1. The top is symmetric.
2. The precession is steady -- i.e., no nutation.
3. The total angular speed about the spin axis (a combination of the spin and precession rates) is far above the critical value for steady precession. (Requiring the top's spin kinetic energy to be much greater than its gravitational potential energy pretty much takes care of this, but the two conditions aren't exactly the same.)
4. No dissipation.

I have thought to this for some time and still it seems strange to me.  Even with these assumptions.
If I will have some free time for this, I will make a little practical experiment with real tops, to see if this is true.

[Jeremy McCreary]

I have thought to this for some time and still it seems strange to me.  Even with these assumptions.
If I will have some free time for this, I will make a little practical experiment with real tops, to see if this is true.

I'm sure the experiment will be quite elegant, too, Iacopo! I've thought about how one might vary TMI while controlling CM-tip distance in tops. It's not a simple problem.

[Iacopo]

I'm sure the experiment will be quite elegant, too, Iacopo! I've thought about how one might vary TMI while controlling CM-tip distance in tops. It's not a simple problem.

Not too difficult.  I was thinking to make an axis with two wooden discs inserted. 
In the first test I would use this top with the discs at middle height of the axis, adjoined one to the other, and I would see how fast it precesses.
In the second test, in the same top, I would shift the wooden discs along the axis, the upper disc upwards, and the lower disc downwards, by the same distance. 
In this way the top would still have same weight, same diameter, same axial moment of inertia, same center of mass-tip distance:
only the transverse moment of inertia would change.
Then I would see if it precesses slower or not than in the first test.

[Iacopo]

Experiment about influence of transversal moment of inertia on precession speed:

The top in the second picture is the same as the one in the first picture, but the lower wooden disc has been shifted downwards by mm. 12.5 and the upper disc has been shifted upwards by mm 12.5 .  The two discs, after they have been balanced, weigh both 20.3 grams.
The only difference among the two versions of the top should be the transversal moment of inertia.



The first top precesses slightly slower than the second:
At about 650 RPM, and about same angle of tilting, the first precesses in 1.03 seconds, the other precesses in 0.98 seconds.

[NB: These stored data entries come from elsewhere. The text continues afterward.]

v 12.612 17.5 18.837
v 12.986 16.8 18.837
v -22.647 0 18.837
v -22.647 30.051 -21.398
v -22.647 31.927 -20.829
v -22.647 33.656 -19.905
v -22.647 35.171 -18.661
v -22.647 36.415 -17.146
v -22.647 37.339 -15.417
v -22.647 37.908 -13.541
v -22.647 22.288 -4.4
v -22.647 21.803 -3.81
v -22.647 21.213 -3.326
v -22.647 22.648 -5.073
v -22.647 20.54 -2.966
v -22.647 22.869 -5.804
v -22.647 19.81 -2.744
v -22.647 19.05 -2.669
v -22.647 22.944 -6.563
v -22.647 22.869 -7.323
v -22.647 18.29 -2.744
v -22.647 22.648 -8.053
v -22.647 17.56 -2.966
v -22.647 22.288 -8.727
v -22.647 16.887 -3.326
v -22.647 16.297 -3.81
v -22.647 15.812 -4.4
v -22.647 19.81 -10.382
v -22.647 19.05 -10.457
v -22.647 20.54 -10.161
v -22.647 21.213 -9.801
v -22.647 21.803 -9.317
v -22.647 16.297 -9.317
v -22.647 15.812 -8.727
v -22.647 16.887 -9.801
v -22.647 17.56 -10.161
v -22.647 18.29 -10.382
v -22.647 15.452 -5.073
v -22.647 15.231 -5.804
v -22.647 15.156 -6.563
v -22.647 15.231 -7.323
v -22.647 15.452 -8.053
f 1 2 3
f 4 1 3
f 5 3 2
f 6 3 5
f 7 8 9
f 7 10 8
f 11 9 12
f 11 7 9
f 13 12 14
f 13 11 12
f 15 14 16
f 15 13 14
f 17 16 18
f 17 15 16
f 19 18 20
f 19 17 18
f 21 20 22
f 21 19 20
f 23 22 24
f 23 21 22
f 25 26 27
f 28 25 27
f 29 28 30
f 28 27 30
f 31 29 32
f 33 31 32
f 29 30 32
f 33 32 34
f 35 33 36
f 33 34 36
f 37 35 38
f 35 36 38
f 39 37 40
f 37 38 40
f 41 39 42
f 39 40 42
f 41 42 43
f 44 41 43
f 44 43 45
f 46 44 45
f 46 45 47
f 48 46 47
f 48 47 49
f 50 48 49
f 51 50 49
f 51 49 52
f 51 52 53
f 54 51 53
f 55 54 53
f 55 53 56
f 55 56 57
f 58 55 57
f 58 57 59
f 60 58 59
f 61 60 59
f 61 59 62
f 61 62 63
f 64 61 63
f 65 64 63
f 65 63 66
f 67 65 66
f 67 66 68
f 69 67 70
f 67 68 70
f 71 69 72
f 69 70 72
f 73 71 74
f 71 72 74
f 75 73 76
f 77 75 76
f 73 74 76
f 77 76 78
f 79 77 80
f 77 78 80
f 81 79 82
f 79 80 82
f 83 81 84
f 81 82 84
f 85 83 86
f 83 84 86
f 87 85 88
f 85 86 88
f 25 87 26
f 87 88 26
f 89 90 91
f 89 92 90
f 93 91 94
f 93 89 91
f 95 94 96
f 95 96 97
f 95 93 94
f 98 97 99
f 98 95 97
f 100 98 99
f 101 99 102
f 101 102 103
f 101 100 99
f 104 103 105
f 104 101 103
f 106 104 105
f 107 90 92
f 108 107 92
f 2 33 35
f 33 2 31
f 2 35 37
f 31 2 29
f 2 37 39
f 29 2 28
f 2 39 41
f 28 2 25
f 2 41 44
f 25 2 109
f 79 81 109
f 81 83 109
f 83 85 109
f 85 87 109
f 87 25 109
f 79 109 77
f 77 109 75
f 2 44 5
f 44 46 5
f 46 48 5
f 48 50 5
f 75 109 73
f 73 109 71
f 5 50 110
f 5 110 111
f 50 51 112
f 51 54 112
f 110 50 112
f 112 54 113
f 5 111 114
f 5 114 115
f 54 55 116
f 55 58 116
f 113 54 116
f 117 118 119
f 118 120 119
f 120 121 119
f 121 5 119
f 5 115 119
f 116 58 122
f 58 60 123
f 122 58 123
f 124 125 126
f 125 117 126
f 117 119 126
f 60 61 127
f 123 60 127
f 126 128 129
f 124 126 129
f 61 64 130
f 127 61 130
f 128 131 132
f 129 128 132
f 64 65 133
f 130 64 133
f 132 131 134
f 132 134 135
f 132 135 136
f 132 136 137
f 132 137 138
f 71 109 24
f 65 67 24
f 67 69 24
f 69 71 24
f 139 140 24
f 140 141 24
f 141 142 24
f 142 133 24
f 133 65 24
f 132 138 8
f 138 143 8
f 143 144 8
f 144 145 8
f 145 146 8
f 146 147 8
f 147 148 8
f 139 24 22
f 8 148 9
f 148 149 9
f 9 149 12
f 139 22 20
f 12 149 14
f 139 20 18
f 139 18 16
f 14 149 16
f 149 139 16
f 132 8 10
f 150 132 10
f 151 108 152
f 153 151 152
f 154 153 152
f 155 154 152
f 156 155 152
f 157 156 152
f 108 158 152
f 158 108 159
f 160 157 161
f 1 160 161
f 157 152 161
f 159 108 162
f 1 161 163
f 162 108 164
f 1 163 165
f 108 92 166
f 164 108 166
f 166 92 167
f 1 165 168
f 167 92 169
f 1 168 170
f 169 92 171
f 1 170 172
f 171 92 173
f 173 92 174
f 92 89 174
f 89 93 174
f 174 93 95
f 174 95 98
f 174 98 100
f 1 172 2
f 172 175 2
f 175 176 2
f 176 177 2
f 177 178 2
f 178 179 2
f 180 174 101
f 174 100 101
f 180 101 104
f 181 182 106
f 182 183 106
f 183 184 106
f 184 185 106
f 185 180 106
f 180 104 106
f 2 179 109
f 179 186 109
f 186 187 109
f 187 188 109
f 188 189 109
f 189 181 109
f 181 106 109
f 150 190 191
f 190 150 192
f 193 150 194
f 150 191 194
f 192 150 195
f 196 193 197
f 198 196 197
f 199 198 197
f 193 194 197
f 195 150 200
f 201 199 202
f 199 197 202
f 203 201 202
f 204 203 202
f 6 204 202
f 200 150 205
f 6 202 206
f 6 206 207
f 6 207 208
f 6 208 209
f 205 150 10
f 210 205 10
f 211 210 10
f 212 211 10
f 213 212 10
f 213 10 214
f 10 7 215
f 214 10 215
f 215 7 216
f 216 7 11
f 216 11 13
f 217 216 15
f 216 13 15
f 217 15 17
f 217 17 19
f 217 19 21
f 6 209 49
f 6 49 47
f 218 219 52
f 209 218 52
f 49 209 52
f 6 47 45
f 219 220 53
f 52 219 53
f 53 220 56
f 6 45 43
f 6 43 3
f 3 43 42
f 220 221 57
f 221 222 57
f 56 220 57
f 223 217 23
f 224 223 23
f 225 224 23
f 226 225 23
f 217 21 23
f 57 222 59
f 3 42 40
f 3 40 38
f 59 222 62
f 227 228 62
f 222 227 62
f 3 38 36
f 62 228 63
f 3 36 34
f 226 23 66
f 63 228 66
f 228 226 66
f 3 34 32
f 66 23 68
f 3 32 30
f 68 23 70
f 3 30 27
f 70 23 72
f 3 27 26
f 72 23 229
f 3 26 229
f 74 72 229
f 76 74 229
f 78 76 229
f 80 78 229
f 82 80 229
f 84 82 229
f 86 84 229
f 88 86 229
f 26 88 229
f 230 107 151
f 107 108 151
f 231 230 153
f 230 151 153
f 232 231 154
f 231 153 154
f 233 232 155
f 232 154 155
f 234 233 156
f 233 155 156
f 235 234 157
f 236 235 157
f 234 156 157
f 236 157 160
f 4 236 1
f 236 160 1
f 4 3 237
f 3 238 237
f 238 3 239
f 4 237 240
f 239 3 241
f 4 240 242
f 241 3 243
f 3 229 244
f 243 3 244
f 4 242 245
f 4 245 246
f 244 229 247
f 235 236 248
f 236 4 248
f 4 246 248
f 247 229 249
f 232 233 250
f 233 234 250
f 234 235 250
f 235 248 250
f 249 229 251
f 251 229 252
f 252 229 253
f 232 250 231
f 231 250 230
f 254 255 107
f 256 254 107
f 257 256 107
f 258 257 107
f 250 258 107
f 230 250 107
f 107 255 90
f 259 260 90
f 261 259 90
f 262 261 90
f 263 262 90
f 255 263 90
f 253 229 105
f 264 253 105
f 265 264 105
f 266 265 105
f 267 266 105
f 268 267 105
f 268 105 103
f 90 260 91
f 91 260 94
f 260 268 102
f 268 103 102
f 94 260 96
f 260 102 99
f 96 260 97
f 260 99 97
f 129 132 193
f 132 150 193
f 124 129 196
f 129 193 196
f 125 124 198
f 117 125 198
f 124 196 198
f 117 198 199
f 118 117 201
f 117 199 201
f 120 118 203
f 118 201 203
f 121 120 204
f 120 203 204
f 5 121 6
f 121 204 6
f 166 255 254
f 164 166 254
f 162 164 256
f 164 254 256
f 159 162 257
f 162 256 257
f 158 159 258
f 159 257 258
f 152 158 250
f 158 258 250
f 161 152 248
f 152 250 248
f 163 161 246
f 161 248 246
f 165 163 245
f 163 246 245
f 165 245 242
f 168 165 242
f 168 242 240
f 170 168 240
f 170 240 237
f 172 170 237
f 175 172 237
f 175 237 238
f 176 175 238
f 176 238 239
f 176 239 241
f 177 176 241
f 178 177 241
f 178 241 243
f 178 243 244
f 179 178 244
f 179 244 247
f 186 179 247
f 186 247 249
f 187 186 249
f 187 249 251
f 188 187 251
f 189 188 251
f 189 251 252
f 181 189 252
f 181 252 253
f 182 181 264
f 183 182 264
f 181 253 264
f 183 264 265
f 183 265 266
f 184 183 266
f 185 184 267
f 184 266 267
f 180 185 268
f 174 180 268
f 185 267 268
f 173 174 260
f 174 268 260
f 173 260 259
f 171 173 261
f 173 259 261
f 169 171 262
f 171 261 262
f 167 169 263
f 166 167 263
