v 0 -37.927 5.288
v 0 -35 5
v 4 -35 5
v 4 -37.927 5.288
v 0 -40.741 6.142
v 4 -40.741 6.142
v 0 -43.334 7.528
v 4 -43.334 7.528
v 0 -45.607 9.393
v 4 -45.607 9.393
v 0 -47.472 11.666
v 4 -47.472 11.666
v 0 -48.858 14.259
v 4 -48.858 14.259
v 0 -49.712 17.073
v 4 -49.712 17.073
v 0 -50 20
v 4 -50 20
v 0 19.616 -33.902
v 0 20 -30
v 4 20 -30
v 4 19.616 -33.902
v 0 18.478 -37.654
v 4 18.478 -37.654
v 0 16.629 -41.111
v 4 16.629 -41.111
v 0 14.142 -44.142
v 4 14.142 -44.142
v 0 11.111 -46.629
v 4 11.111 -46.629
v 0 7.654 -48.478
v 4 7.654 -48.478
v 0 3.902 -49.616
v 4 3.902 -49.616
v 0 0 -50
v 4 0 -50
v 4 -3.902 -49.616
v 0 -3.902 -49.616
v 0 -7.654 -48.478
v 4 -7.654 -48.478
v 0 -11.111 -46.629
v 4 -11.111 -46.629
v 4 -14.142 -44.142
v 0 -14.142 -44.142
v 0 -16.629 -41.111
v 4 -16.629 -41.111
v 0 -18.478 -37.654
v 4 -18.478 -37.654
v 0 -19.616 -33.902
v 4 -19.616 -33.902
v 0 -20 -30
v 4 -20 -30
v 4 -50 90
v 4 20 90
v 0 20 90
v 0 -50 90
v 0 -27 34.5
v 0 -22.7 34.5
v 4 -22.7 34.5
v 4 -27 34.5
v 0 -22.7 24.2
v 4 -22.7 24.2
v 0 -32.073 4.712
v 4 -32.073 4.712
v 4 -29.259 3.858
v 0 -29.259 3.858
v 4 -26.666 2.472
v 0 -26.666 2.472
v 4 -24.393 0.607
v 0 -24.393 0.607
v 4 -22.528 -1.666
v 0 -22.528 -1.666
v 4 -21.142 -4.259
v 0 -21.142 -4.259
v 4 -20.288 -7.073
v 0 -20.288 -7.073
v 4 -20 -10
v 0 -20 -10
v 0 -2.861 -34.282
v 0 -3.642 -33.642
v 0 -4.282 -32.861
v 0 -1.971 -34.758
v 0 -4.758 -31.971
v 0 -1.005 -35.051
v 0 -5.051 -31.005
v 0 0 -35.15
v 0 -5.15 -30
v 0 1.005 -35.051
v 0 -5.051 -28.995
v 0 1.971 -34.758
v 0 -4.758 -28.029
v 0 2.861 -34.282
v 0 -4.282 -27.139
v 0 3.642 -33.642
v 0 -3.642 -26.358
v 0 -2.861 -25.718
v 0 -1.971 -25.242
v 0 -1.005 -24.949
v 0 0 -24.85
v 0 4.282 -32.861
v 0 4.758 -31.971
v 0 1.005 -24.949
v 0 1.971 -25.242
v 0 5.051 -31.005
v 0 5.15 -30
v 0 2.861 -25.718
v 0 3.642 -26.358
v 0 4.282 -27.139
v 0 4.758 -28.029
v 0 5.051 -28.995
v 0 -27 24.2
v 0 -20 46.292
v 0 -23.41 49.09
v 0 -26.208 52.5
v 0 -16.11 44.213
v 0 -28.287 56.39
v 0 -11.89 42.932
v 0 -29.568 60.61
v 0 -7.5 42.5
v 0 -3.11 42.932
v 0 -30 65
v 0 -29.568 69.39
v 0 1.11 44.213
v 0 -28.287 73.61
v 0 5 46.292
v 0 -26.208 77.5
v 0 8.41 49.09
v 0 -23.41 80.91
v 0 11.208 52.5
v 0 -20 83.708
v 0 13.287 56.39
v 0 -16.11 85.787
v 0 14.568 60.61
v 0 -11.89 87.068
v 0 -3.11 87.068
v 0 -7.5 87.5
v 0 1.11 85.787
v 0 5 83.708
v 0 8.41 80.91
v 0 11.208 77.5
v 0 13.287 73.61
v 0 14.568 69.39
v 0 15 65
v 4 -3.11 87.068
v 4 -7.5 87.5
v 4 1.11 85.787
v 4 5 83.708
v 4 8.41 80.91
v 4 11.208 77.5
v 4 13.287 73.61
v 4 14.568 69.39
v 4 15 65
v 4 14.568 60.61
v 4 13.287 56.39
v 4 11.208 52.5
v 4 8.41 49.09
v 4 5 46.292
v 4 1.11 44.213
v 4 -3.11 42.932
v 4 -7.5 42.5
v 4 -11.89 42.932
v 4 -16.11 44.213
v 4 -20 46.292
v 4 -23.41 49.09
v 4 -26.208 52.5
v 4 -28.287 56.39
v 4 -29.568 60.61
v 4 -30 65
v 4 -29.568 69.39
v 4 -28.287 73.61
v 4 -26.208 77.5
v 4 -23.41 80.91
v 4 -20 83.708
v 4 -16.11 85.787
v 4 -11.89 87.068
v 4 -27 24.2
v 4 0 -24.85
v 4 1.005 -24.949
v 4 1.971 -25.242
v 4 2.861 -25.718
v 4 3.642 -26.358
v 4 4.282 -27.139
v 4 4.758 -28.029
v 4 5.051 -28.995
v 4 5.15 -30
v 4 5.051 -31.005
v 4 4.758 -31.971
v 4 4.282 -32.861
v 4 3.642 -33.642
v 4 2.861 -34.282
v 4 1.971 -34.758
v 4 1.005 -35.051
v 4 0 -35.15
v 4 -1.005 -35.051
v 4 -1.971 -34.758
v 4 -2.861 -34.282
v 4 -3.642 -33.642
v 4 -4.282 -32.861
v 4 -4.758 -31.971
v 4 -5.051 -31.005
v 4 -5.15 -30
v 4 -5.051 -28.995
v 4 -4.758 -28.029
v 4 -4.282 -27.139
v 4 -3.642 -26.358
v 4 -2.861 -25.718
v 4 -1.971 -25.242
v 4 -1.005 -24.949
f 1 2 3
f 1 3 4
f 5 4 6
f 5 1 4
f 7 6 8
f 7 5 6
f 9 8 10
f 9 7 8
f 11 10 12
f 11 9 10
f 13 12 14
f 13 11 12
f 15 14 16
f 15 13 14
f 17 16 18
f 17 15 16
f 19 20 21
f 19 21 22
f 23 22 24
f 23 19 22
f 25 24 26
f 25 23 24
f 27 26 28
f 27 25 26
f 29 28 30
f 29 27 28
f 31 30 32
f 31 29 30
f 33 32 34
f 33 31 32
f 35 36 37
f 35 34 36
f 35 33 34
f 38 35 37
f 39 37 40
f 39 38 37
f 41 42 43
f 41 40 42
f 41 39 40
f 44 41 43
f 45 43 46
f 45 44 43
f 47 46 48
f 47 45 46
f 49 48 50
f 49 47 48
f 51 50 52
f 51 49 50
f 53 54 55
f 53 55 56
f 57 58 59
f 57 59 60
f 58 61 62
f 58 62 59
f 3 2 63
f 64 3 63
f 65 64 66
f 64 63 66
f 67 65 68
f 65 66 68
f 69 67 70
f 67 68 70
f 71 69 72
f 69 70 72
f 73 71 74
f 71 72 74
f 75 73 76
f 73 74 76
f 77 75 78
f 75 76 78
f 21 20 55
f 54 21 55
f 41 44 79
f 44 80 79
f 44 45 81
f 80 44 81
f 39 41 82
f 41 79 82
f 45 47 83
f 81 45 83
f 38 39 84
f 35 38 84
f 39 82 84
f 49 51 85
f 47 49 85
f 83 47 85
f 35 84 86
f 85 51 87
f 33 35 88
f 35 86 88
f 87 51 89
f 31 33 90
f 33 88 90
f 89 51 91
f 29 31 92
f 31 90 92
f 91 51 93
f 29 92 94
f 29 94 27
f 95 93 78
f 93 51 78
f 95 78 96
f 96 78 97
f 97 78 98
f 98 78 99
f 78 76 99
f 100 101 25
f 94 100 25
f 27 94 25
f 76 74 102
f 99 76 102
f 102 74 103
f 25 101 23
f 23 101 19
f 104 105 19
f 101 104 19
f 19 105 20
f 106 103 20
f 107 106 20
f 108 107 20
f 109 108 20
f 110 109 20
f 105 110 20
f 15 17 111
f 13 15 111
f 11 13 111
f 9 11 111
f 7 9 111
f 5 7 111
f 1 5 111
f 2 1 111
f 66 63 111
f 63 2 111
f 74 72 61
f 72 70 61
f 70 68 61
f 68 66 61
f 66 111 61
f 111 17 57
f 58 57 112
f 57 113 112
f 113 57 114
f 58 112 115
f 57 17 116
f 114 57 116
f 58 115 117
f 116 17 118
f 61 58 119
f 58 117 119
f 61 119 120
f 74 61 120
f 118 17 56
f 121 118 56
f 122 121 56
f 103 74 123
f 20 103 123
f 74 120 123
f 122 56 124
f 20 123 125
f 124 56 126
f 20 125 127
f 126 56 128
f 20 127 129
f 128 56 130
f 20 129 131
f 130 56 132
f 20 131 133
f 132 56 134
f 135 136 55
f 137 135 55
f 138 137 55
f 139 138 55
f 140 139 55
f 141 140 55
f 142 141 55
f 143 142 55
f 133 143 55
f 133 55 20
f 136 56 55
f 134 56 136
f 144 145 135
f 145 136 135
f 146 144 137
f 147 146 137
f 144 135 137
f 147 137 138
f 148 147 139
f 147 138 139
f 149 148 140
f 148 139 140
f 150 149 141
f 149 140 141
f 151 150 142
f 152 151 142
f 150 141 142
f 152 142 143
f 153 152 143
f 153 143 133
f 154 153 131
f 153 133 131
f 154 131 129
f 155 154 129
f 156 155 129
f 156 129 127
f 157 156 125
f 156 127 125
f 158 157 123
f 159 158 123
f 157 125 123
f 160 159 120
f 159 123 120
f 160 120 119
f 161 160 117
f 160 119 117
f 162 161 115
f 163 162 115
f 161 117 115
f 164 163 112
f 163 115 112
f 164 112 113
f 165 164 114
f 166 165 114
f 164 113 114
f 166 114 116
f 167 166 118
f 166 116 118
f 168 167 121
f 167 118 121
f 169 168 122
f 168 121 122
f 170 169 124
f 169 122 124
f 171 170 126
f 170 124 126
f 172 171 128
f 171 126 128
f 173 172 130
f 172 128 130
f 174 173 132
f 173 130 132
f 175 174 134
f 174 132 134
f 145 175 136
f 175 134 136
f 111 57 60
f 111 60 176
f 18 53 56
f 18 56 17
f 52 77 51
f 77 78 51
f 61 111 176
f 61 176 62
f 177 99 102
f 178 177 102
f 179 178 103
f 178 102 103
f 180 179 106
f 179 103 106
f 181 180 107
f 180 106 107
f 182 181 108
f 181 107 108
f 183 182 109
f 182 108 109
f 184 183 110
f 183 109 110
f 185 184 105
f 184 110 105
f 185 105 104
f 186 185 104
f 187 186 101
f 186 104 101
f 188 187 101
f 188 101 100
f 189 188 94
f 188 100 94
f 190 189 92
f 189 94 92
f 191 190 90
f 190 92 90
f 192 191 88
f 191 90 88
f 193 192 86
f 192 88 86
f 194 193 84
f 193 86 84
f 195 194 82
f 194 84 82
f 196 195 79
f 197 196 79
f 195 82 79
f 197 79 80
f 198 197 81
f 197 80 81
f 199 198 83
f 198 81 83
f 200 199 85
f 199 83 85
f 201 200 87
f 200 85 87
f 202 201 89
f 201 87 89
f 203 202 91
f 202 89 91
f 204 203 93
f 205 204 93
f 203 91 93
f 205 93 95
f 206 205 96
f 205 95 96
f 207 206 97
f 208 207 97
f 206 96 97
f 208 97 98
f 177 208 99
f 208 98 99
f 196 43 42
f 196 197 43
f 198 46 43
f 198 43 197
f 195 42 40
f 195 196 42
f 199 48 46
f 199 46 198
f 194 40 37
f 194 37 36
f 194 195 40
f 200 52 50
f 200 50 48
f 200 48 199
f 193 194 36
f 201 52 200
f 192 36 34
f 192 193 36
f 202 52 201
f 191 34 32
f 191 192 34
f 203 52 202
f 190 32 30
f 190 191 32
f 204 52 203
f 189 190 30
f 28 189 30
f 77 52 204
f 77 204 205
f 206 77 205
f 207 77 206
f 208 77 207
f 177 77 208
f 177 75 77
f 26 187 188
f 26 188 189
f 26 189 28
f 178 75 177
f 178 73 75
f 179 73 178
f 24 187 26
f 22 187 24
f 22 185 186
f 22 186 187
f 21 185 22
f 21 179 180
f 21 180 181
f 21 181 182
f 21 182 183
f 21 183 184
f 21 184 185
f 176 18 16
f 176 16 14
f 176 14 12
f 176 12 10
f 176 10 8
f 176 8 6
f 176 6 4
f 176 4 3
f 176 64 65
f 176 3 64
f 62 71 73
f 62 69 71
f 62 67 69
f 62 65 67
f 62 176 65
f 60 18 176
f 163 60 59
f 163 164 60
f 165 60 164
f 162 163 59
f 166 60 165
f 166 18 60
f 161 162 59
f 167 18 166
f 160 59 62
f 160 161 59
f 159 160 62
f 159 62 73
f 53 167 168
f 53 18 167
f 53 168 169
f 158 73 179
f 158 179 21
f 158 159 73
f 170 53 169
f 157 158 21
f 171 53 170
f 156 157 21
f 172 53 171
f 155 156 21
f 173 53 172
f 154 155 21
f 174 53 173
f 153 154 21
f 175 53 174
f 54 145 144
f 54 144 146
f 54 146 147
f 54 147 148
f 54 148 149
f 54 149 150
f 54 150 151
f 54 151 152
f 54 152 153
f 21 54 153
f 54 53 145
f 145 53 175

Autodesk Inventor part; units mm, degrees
ref_plane "YZ Plane" through (0, 0, 0) normal (1, 0, 0) x (0, 1, 0)
ref_plane "XZ Plane" through (0, 0, 0) normal (0, 1, 0) x (-1, 0, 0)
ref_plane "XY Plane" through (0, 0, 0) normal (0, 0, 1) x (1, 0, 0)
sketch "Sketch1" plane through (0, 0, 0) normal (1, 0, 0) x (0, 1, 0)
  line L0 (-20, -30) -> (20, -30)
  line L1 (20, -30) -> (20, 30)
  line L2 (20, 30) -> (-20, 30)
  line L3 (-20, 30) -> (-20, -30)
  line L4 (-20, -30) -> (20, 30) construction
  line L5 (20, -30) -> (-20, 30) construction
  circle A0 centre (0, -30) radius 20
  point P0 (0, 0)
  dimension "d0" = 40
  dimension "d1" = 60
extrude "Extrusion1" add sketch "Sketch1" along normal blind 4
sketch "Sketch4" plane through (4, 0, 0) normal (1, 0, 0) x (0, 0, -1)
  line L0 (-5, 20) -> (-90, 20)
  line L1 (-90, 20) -> (-90, -50)
  line L2 (-90, -50) -> (-5, -50)
  line L3 (-5, -50) -> (-5, 20)
  line L4 (0, -64) -> (0, 34) projected
  line L5 (-10, -77.5279) -> (-10, 43.8166)
  dimension "d40" = 85
  dimension "d41" = 70
  dimension "d54" = 10
  dimension "d55" = 5
extrude "Extrusion4" add sketch "Sketch4" against normal blind 4
sketch "Sketch5" plane through (0, 0, 0) normal (-1, 0, 0) x (0, 0, 1)
  line L0 (34.5, -27) -> (24.2, -27)
  line L1 (24.2, -27) -> (24.2, -22.7)
  line L2 (24.2, -22.7) -> (34.5, -22.7)
  line L3 (34.5, -22.7) -> (34.5, -27)
  line L4 (90, -50) -> (90, -6.689)
  line L5 (90, -50) -> (90, 20) projected
  line L6 (90, -50) -> (10.2215, -50)
  line L7 (5, -50) -> (90, -50) projected
  dimension "d20" = 10.3
  dimension "d21" = 4.3
extrude "Extrusion5" cut sketch "Sketch5" against normal blind 4
sketch "Sketch2" plane through (0, 0, 0) normal (-1, 0, 0) x (0, 0, 1)
  arc A0 (-30, 20) -> (-30, -20) centre (-30, 0) ccw projected
  circle A1 centre (-30, 0) radius 5.15
  point P0 (0, 0)
  dimension "d4" = 10.3
extrude "Extrusion2" cut sketch "Sketch2" against normal blind 4
sketch "Sketch7" plane through (0, 0, 0) normal (-1, 0, 0) x (0, 0, 1)
  circle A0 centre (65, -7.5) radius 22.5
  line L0 (90, -50) -> (90, 20) projected
  line L1 (-30, 20) -> (90, 20) projected
  point P0 (0, 0)
  dimension "d47" = 45
  dimension "d48" = 25
  dimension "d53" = 27.5
extrude "Extrusion7" cut sketch "Sketch7" against normal blind 4
fillet "Fillet3" radius 15 2 edges at (2, -20, 5) (2, -50, 5)
properties part number "houder"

The angle of tilting seems to have little influence on precession speed; when the top is more tilted, it precesses a bit slower, (I thought the opposite should happen), but the tip scrubs in more tilted position, so this is not clear.

The rotation speed instead influences very much the precession speed.

This experiment seems to demonstrate that an higher transversal moment of inertia does not slow down precession speed.